En Cienfuegos, fue nuestra segunda Navidad en el lugar, y fue una gran alegría acoger al Niño Jesús junto a una comunidad que conocemos mejor y que no deja de crecer.

Retomar una tradición latinoamericana: la Posada

También retomamos una hermosa tradición latinoamericana, que se había perdido en Cuba: la Posada.
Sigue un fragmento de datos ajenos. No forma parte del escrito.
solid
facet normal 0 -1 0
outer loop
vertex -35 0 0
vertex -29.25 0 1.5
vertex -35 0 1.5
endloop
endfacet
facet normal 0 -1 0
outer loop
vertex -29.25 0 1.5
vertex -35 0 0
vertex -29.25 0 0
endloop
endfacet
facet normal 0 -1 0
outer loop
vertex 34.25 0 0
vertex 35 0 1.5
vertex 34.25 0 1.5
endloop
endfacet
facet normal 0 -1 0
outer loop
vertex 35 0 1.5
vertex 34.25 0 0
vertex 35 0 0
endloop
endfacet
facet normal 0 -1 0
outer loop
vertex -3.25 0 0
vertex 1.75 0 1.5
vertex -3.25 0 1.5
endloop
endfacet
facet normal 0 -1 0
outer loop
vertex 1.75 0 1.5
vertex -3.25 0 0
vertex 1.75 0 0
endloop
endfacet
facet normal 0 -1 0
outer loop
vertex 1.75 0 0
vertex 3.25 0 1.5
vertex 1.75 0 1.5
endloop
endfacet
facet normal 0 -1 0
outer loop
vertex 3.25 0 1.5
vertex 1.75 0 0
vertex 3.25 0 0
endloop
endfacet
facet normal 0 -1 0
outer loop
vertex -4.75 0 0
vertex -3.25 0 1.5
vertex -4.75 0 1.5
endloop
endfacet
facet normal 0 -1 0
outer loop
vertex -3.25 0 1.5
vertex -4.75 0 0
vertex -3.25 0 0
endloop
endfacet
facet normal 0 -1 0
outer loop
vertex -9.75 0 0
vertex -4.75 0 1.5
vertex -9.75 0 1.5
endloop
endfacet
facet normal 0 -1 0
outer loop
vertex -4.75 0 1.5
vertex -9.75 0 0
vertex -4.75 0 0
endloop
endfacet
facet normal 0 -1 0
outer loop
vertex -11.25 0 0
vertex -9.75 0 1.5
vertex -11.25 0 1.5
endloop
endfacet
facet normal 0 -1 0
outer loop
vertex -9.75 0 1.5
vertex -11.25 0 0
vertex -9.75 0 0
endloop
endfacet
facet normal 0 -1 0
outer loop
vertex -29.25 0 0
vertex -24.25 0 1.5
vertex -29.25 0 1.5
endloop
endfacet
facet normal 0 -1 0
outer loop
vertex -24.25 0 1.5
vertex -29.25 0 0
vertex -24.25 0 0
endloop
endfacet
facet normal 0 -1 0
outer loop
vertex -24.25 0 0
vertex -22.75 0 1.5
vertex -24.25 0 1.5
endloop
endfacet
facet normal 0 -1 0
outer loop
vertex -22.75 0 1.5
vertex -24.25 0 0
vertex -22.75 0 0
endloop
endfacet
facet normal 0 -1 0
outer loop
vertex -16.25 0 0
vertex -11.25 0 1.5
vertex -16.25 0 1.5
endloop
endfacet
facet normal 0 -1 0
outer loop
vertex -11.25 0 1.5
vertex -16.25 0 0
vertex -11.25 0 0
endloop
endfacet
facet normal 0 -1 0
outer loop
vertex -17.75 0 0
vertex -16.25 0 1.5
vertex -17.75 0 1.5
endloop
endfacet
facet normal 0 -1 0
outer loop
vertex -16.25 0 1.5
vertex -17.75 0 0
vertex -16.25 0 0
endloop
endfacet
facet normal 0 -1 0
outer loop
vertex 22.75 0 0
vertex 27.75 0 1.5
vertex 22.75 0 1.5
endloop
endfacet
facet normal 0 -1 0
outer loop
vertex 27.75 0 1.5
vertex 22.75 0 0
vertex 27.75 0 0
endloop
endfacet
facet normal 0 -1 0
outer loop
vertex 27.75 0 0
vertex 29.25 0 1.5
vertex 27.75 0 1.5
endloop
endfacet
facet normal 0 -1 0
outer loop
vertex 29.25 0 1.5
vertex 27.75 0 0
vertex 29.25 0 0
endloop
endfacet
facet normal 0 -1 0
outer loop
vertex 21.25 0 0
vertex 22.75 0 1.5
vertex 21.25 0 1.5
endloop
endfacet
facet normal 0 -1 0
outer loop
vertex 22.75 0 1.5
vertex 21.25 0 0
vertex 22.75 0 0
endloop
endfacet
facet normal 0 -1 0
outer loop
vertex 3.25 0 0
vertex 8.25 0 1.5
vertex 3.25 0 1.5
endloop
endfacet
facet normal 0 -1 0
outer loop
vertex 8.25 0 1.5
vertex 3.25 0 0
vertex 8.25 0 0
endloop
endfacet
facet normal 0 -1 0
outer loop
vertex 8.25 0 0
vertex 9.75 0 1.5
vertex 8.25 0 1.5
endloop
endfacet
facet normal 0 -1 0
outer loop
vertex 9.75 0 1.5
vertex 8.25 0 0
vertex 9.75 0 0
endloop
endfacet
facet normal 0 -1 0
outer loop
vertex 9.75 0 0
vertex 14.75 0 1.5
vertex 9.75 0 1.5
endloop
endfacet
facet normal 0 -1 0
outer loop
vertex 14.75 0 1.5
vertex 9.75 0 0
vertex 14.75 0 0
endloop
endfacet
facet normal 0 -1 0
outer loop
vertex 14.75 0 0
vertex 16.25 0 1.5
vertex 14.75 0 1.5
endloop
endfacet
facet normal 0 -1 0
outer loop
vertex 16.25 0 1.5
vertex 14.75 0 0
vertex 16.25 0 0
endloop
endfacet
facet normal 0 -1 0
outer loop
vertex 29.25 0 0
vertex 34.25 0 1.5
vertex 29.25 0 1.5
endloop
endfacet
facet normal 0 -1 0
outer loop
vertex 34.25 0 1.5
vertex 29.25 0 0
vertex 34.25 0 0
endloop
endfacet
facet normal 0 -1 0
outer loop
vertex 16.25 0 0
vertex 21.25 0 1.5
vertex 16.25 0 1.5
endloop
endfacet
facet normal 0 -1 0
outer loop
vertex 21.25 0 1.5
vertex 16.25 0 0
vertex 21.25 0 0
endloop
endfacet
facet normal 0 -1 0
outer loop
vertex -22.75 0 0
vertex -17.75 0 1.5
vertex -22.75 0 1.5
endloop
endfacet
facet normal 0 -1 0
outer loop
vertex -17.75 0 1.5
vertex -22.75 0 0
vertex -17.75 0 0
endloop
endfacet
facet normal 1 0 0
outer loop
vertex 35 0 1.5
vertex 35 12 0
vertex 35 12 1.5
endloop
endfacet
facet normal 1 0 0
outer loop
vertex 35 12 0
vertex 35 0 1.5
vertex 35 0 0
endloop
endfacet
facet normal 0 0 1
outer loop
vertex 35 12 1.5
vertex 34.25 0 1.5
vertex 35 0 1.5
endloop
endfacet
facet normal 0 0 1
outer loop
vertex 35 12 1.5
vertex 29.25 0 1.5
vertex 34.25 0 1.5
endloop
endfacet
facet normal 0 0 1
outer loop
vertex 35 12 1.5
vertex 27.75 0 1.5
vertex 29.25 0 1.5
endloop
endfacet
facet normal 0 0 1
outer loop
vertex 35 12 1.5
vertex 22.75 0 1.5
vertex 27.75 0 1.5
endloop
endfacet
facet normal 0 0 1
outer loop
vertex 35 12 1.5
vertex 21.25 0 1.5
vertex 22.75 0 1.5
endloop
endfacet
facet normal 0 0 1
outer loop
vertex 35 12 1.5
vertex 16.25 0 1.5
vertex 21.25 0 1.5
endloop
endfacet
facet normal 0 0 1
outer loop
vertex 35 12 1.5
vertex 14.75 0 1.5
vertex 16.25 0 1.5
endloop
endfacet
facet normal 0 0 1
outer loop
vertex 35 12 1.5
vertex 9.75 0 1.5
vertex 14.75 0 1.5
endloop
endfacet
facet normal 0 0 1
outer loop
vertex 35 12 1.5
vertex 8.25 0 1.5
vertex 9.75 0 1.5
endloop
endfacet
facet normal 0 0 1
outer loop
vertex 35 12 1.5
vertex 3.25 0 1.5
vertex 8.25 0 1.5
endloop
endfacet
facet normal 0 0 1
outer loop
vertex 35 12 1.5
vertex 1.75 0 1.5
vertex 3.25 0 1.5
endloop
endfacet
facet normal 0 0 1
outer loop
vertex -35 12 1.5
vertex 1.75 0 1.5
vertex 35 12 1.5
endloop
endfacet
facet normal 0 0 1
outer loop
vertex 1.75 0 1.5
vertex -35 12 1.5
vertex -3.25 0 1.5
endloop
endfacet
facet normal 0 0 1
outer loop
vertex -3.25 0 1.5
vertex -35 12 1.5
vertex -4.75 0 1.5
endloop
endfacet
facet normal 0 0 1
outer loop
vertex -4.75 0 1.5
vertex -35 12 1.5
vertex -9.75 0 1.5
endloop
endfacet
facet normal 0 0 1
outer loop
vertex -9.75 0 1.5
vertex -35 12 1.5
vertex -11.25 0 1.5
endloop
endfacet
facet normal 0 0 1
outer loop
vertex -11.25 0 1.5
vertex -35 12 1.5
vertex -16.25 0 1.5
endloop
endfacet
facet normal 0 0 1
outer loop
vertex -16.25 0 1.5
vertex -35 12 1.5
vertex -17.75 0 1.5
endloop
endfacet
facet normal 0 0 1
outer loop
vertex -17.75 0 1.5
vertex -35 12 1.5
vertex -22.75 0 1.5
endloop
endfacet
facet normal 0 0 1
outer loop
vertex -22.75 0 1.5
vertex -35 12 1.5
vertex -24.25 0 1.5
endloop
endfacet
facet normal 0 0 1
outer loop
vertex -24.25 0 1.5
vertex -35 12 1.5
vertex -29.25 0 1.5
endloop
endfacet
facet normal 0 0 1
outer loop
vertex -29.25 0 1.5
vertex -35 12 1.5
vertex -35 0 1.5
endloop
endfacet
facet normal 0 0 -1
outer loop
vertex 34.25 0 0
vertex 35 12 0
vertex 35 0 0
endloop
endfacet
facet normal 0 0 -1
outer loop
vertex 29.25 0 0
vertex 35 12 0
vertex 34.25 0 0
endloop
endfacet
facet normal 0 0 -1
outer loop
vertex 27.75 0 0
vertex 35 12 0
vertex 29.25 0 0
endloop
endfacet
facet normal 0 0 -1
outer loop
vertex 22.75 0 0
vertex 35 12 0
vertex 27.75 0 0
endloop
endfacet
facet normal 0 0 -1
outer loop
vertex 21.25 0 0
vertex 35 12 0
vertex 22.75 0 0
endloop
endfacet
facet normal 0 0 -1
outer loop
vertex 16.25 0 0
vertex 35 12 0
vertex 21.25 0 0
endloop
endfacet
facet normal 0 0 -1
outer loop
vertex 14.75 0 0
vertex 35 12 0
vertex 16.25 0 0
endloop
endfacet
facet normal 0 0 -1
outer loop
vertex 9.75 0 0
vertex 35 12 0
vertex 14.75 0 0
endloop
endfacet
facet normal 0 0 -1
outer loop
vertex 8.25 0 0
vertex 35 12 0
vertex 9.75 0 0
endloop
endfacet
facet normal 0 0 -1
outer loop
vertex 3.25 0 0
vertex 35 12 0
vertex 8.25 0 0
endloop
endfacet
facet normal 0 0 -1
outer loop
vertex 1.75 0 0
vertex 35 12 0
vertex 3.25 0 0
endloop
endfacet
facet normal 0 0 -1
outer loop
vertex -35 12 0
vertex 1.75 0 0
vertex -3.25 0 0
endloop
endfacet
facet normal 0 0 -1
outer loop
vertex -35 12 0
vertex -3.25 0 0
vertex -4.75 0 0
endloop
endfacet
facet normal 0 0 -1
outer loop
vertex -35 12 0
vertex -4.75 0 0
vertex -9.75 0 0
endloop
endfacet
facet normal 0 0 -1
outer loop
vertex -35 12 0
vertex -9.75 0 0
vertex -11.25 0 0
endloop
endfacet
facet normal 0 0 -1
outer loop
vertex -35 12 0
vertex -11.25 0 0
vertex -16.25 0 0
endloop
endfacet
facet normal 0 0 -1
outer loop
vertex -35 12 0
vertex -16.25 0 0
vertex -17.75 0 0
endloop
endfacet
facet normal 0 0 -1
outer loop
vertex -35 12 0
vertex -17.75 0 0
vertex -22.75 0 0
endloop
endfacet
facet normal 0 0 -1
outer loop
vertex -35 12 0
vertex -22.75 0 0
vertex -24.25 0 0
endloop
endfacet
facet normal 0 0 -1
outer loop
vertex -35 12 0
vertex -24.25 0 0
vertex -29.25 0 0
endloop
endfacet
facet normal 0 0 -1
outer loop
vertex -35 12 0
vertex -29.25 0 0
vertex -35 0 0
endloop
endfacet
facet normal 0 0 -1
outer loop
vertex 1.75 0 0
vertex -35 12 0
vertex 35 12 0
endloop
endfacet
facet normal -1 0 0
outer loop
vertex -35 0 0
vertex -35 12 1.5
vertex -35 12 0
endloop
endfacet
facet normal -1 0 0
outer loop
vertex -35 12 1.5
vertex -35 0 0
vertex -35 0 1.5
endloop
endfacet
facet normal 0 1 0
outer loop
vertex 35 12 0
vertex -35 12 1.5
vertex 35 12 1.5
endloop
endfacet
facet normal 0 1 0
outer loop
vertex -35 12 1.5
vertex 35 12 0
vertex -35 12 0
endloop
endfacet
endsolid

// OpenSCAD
// 10-well agarose gel comb - printed lying flat
// Units: mm

plate_t      = 1.5;   // plate thickness (Z)
spine_len    = 70;    // spine length (X)
spine_w      = 12;    // spine width (Y)
tooth_count  = 10;    // number of teeth
tooth_w      = 5.0;   // tooth width (X)
tooth_len    = 12;    // tooth length (Y)
tooth_gap    = 1.5;   // gap between teeth (X)
eps          = 0.5;   // cutter overshoot

$fn = 64;

pitch = tooth_w + tooth_gap;  // 6.5 mm
x0    = -(tooth_count - 1) * pitch / 2;  // first tooth left edge

difference() {
    // Spine
    translate([-spine_len / 2, 0, 0])
        cube([spine_len, spine_w, plate_t]);

    // Teeth
    for (i = [0 : tooth_count - 1])
        translate([x0 + i * pitch, -tooth_len, 0])
            cube([tooth_w, tooth_len, plate_t + eps]);
}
La víspera de Navidad, a imagen de María y José, nuestros adolescentes recorrieron las casas del barrio tocando a las puertas. Después del pequeño diálogo tradicional, con tres rechazos “simulados”, finalmente se abrían las puertas para cantar villancicos y llevar alegría y calor humano, especialmente a las personas mayores o que viven solas.

La Misa de Navidad

La noche del 24, todo estaba listo: los coros habían ensayado sus cantos más hermosos, los monaguillos se habían adaptado a la nueva iglesia, y la Misa de Navidad en Placetas se celebró en un ambiente festivo y fraterno.
El Niño Jesús llegó al pesebre al son de las maracas y los panderos cubanos, signo vivo de nuestra cultura y de la alegría de la Navidad en Cuba.